When four of Santa's elves got sick, the trainee elves did not produce toys as fast as the regular ones, and Santa began to feel the Pre-Christmas pressure.
Then Mrs. Claus told Santa her Mother was coming to visit, which stressed Santa even more.
When he went to harness the reindeer, he found that three of them were about to give birth and two others had jumped the fence and were out, Heaven knows where.
Then when he began to load the sleigh, one of the floorboards cracked, the toy bag fell to the ground and all the toys were scattered.
Frustrated, Santa went in the house for a cup of apple cider and a shot of rum. When he went to the cupboard, he discovered the elves had drank all the cider and hidden the liquor.
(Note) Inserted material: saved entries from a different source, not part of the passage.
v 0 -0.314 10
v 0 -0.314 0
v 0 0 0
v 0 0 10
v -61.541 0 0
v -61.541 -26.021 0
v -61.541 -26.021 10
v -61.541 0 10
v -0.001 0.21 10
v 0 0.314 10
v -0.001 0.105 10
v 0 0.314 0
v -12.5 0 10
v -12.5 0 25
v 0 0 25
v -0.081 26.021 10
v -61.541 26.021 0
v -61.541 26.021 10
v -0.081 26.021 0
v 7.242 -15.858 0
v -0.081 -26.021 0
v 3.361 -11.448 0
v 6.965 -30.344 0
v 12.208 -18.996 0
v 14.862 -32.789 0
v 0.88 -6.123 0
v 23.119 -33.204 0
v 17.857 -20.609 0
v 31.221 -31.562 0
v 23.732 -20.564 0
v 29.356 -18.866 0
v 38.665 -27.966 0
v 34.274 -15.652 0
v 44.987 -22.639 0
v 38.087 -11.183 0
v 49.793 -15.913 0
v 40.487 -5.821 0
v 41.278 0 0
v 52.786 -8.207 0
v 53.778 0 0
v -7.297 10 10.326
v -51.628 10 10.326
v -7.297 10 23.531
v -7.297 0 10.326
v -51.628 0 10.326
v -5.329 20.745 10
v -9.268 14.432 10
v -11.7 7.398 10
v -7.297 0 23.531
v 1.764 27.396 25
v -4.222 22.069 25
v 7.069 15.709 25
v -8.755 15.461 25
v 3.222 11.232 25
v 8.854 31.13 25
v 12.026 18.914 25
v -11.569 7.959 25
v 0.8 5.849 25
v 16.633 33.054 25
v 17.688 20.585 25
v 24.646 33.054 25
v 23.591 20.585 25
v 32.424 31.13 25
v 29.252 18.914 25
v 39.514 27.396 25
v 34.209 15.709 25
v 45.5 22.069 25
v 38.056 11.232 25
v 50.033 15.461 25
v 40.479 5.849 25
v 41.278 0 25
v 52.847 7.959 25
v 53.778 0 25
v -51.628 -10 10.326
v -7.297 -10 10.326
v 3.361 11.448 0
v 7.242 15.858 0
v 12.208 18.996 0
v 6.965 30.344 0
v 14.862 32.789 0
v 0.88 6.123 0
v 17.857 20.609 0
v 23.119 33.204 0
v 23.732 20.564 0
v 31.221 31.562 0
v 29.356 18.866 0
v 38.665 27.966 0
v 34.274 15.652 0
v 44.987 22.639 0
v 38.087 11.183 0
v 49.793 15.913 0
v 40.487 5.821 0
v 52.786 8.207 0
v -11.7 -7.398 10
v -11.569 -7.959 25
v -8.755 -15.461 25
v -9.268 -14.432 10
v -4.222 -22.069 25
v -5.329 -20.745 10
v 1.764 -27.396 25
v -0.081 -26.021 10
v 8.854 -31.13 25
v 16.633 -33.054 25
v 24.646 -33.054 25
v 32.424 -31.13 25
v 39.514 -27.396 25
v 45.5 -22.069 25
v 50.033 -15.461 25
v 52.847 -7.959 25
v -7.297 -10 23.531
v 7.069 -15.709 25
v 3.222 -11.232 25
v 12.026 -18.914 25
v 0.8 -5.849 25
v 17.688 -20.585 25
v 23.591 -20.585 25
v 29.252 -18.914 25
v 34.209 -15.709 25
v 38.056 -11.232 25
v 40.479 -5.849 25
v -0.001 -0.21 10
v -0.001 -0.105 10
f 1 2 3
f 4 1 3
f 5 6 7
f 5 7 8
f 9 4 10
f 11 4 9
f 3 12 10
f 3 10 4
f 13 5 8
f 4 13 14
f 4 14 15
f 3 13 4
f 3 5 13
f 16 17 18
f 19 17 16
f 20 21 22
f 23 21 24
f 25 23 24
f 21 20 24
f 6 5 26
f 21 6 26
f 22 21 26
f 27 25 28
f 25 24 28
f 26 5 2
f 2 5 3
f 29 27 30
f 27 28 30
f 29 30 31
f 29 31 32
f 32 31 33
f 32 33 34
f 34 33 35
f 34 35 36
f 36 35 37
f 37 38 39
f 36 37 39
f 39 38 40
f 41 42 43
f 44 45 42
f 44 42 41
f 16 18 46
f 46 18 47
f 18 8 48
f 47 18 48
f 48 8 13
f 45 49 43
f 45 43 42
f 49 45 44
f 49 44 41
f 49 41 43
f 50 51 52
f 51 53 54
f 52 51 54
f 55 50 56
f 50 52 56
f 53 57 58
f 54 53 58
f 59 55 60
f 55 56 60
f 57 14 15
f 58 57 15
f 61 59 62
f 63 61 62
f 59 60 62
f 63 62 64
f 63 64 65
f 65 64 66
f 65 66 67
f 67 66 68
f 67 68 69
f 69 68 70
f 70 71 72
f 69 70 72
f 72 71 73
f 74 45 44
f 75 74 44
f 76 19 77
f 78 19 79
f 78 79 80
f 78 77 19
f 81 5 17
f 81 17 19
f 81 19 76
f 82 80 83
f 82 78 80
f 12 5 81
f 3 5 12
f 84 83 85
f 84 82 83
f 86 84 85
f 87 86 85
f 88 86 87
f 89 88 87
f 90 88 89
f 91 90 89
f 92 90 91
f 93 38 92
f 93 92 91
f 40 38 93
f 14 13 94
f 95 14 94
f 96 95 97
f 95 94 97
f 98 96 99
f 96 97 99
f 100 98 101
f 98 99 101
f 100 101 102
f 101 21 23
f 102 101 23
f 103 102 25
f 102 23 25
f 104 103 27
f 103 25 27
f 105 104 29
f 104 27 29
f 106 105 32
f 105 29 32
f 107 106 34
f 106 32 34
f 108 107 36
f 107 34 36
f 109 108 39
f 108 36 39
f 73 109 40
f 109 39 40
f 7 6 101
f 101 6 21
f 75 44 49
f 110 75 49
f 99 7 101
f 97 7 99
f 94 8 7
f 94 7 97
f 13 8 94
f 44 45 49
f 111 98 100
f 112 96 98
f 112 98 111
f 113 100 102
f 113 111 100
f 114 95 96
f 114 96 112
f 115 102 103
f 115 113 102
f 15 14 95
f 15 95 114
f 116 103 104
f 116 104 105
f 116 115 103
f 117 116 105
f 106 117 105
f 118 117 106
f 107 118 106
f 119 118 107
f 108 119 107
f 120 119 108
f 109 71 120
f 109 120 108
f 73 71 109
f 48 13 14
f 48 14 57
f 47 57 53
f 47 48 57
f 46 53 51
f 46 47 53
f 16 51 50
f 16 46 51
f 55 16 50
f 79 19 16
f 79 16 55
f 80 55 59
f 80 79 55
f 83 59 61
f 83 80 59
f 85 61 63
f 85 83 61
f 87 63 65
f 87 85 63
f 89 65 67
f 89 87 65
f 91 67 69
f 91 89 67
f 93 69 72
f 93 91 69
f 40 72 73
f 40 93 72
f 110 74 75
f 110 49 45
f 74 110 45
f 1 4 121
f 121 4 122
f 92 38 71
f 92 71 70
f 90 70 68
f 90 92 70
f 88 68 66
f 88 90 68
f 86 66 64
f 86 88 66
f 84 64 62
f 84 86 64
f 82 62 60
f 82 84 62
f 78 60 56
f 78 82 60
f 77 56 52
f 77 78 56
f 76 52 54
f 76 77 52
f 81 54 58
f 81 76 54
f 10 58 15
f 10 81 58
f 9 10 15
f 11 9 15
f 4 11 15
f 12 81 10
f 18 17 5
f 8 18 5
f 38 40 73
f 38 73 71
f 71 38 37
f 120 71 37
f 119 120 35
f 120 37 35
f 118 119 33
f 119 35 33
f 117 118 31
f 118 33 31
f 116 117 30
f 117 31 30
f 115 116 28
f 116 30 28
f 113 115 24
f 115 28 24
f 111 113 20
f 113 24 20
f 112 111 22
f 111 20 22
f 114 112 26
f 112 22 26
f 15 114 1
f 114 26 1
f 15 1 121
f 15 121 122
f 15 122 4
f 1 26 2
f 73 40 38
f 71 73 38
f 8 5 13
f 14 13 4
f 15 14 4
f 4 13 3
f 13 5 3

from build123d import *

# Parameters (mm, degrees)
F1_DEPTH = 25
F2_W     = 61.540648
F2_H     = 26.020542
F3_DEPTH = 10
F5_DEPTH = 10


with BuildPart() as f1:
    # F0 (on Top) → F1 (new body)
    with BuildSketch(Plane.XY):
        with BuildLine():
            Line((0, 0), (-12.5, 0))
            ThreePointArc((-12.5, 0), (20.639135, -33.29669), (53.77827, 0))
            Line((53.77827, 0), (41.27827, 0))
            ThreePointArc((41.27827, 0), (20.639135, -20.796916), (0, 0))
        make_face()
    extrude(amount=F1_DEPTH)

    # F2 (on Top) → F3 (join)
    with BuildSketch(Plane.XY):
        with Locations((-30.770324, -13.010271)):
            Rectangle(F2_W, F2_H)
    extrude(amount=F3_DEPTH)


with BuildPart() as f5:
    # F4 (on Front) → F5 (new body)
    with BuildSketch(Plane.XZ):
        Polygon((-51.628061, 10.325613), (-7.296763, 10.325613), (-7.296763, 23.530681), align=None)
    extrude(amount=F5_DEPTH)


with BuildPart() as f6_1:
    # F6: instance of F1
    add(f1.part.mirror(Plane.XZ))


with BuildPart() as f6_2:
    # F6: instance of F5
    add(f5.part.mirror(Plane.XZ))


solid = Compound([f1.part, f5.part, f6_1.part, f6_2.part])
In his frustration, he
accidentally dropped the cider jug, and it broke into hundreds of little glass pieces all over the kitchen floor. He went to get the broom and found the mice had eaten all the straw off the end of the broom.
Just then the doorbell rang, an irritated Santa marched to the door, yanked it open, and there stood a little angel with a great big Christmas tree. 
The angel said very cheerfully, 'Merry Christmas, Santa. Isn't this a lovely day? I have a beautiful tree for you. Where would you like me to stick it?'

And so began the tradition of the little angel on top of the Christmas tree


----------



## insulinaddict09 (Apr 29, 2009)

ha where do you get all these jokes from....


----------



## mikep1979 (Apr 29, 2009)

haha my mates send them to me


----------



## annemarie08 (Apr 29, 2009)

brilliant!!!


----------



## HOBIE (Nov 25, 2017)

mikep1979 said:


> When four of Santa's elves got sick, the trainee elves did not produce toys as fast as the regular ones, and Santa began to feel the Pre-Christmas pressure.
> Then Mrs. Claus told Santa her Mother was coming to visit, which stressed Santa even more.
> When he went to harness the reindeer, he found that three of them were about to give birth and two others had jumped the fence and were out, Heaven knows where.
> Then when he began to load the sleigh, one of the floorboards cracked, the toy bag fell to the ground and all the toys were scattered.
> ...


Good


----------



## trophywench (Nov 25, 2017)

The old ones are the best, Mike!  LOL


----------



## Ditto (Nov 25, 2017)

LOL


----------